I've been offline journaling lately hence the absolute dustiness of my blog lately. My father sent me some money a few weeks ago for no reason. I am not complaining about this. I took that money and invested in two things: A self healing cutting mat for my work room and a blank journal.
I have a bunch of journals truth be told. I never ever fill them. For someone that remotely claims to be a writer that is just sad. But I have a plan for this one. I want to fill it up. So I take it with me. I put it in my bag and write in it on the bus. I write in it in the bathroom. That may sound gross and possibly too personal but I have some really good ideas on the can. I really try to have it with me everywhere I am.
And I love this journal. I love it because it's soft covered and durable. Nothing like the hard books that take up valuable space on my book shelf. You can tell that I love this journal because of the grime on the used pages. You can see just how far into this book I've made it just by the little fray marks in each corner. I love opening it and seeing the different pens and colored ink I used on the pages. How soft the spine is getting with each opening and closing. I like crossing my eyes and just seeing the rise and fall of the pen strikes on the page. I even love the multiple strikes whenever I get stuck trying to spell something over and over again. I love my journal so much that I'm going to send it to my father when I fill it.
I don't expect him to read it. Heck I think I'd applaud him if he even tried. I want him to have it because he was the reason I was in the store where I got it in the first place. I honestly would have never even thought I needed a journal until I passed by this one on the way to the register:
How can you not love the Gama-Go Yeti? Either way the plan is to fill the journal with all my hopes, fears, frustrations and concerns and send it to Dad as a present. I hate to say that I'm almost to the halfway point and I don't think I've owned this little book six weeks.
I am hoping that by announcing my plans for my journal that I'll slow down and not be as eager. I might even forget about it ( I doubt that).
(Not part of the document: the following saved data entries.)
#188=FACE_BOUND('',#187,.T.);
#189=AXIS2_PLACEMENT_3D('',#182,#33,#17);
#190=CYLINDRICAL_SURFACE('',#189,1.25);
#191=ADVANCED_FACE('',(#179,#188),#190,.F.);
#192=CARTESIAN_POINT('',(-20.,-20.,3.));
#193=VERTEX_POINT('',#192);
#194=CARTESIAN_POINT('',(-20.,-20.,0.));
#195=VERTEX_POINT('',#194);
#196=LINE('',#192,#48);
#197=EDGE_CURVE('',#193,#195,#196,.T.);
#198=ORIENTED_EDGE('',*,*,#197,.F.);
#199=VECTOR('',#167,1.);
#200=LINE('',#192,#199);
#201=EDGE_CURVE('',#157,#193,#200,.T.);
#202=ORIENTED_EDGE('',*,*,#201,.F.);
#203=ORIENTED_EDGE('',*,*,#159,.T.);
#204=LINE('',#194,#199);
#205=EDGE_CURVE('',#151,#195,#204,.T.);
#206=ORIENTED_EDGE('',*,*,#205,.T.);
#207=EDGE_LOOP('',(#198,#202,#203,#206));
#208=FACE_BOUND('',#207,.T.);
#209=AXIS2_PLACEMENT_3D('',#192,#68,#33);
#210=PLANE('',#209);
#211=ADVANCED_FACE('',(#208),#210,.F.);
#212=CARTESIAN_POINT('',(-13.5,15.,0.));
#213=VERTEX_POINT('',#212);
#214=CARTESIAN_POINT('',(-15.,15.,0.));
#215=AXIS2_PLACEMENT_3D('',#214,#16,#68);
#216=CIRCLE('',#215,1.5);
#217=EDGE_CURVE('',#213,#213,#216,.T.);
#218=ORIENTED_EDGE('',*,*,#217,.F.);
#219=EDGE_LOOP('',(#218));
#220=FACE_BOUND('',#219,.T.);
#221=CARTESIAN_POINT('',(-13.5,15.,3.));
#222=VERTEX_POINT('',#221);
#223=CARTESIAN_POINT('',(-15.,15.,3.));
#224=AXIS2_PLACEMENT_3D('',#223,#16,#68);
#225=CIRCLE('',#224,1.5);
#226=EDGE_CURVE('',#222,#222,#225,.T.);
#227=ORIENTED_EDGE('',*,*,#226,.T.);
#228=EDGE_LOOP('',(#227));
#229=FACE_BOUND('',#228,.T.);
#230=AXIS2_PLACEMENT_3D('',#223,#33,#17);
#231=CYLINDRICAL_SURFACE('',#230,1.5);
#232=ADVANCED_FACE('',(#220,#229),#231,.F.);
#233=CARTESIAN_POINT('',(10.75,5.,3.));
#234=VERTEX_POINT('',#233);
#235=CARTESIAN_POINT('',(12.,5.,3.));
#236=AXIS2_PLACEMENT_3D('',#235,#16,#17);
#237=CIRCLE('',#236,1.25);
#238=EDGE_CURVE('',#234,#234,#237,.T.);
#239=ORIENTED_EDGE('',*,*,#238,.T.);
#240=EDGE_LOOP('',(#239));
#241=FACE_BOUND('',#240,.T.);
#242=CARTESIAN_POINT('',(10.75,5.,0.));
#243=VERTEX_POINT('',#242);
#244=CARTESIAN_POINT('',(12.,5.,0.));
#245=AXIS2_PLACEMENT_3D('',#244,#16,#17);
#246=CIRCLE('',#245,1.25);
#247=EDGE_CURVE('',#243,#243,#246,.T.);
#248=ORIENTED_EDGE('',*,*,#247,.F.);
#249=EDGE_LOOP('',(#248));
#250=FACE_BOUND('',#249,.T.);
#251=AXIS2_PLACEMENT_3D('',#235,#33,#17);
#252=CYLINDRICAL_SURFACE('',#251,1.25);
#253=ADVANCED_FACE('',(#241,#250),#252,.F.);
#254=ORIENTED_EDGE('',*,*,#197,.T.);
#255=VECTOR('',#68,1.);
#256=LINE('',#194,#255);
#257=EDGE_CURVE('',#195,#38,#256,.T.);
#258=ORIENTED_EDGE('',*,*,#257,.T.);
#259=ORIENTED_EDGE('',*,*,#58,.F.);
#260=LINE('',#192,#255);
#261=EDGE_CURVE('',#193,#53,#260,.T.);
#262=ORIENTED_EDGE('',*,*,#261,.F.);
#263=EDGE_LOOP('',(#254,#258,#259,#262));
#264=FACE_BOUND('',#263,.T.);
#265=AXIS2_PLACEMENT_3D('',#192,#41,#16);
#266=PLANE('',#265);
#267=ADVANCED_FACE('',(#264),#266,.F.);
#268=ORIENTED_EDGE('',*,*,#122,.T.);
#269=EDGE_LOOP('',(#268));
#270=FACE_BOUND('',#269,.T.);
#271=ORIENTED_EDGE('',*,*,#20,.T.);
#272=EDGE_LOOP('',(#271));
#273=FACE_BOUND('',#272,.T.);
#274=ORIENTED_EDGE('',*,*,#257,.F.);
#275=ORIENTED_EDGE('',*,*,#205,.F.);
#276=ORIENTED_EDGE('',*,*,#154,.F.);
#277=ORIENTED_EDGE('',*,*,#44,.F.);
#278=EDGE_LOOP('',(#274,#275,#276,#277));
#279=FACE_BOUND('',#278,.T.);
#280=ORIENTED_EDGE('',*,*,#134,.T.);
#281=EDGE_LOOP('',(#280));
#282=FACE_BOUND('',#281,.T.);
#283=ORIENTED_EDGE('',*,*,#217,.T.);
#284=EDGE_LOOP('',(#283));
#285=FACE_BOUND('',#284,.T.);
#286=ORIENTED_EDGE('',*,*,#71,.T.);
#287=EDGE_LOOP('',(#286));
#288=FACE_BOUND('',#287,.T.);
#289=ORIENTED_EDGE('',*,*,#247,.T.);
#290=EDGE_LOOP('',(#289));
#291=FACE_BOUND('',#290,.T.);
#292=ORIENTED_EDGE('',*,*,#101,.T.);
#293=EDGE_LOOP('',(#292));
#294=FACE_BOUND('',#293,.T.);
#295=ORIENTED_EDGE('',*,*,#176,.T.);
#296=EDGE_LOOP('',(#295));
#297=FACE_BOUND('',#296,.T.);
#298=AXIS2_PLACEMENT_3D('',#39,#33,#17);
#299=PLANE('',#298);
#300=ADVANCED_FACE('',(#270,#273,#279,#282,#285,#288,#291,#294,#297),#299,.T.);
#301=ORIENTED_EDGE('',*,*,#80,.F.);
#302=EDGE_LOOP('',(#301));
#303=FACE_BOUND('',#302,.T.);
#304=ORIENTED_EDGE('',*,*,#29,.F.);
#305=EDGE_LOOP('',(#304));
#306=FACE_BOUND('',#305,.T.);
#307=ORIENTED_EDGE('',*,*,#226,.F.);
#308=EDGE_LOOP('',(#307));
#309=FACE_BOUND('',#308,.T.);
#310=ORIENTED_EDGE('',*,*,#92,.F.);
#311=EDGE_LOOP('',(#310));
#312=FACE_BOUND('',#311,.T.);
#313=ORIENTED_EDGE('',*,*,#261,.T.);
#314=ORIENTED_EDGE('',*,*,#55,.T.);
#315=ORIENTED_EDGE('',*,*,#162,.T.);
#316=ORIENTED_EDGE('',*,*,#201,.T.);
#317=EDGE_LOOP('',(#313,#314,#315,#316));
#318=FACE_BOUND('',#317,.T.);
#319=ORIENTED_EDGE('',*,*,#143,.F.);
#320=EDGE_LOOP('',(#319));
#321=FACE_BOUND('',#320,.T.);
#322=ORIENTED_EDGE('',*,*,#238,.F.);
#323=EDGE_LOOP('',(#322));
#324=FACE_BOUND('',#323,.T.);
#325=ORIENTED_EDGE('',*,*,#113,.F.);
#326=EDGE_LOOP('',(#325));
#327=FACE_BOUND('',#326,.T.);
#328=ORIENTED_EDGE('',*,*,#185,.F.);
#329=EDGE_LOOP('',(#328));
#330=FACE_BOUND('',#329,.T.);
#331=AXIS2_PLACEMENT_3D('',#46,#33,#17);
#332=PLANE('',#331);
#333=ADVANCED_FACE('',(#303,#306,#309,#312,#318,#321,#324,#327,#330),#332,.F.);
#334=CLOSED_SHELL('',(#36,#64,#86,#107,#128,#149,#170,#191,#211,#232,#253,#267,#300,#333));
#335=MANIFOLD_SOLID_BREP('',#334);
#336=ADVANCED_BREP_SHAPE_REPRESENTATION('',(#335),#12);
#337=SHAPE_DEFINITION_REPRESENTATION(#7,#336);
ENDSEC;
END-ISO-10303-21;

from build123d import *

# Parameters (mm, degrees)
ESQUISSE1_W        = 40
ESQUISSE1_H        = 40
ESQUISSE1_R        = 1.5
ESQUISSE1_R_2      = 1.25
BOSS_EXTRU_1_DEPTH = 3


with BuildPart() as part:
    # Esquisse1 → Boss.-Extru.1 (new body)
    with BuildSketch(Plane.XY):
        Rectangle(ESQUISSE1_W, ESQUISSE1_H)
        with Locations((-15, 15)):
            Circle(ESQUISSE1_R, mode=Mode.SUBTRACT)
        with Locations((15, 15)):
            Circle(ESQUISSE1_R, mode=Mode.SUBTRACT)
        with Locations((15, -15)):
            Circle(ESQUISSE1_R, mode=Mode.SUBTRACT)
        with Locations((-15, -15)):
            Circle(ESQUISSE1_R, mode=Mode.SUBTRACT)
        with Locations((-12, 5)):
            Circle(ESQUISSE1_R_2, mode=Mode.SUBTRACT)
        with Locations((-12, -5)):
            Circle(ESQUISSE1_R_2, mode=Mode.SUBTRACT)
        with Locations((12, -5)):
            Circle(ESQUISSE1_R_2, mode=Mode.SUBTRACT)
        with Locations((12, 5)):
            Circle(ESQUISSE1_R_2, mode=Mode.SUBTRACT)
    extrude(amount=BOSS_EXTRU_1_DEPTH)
I read a study, don't ask what study, that said that people who announce their plans never actually follow through with them because in their brian they've already accomplished what they set out to do. You know I can believe that. For this project that seems to be spiraling out of control, fast before my eyes, I want to slow the process a bit so that I can enjoy writing just to be writing. I want to let my brain get back into the habit of having something to say other than 100 words or the occasional blip on Facebook, Google+ and all the other social medias.
Writing is a good thing and no matter how much or little I have to share I want to keep sharing it in anyway that is at my disposal.
But this little Yeti book is just for you Dad.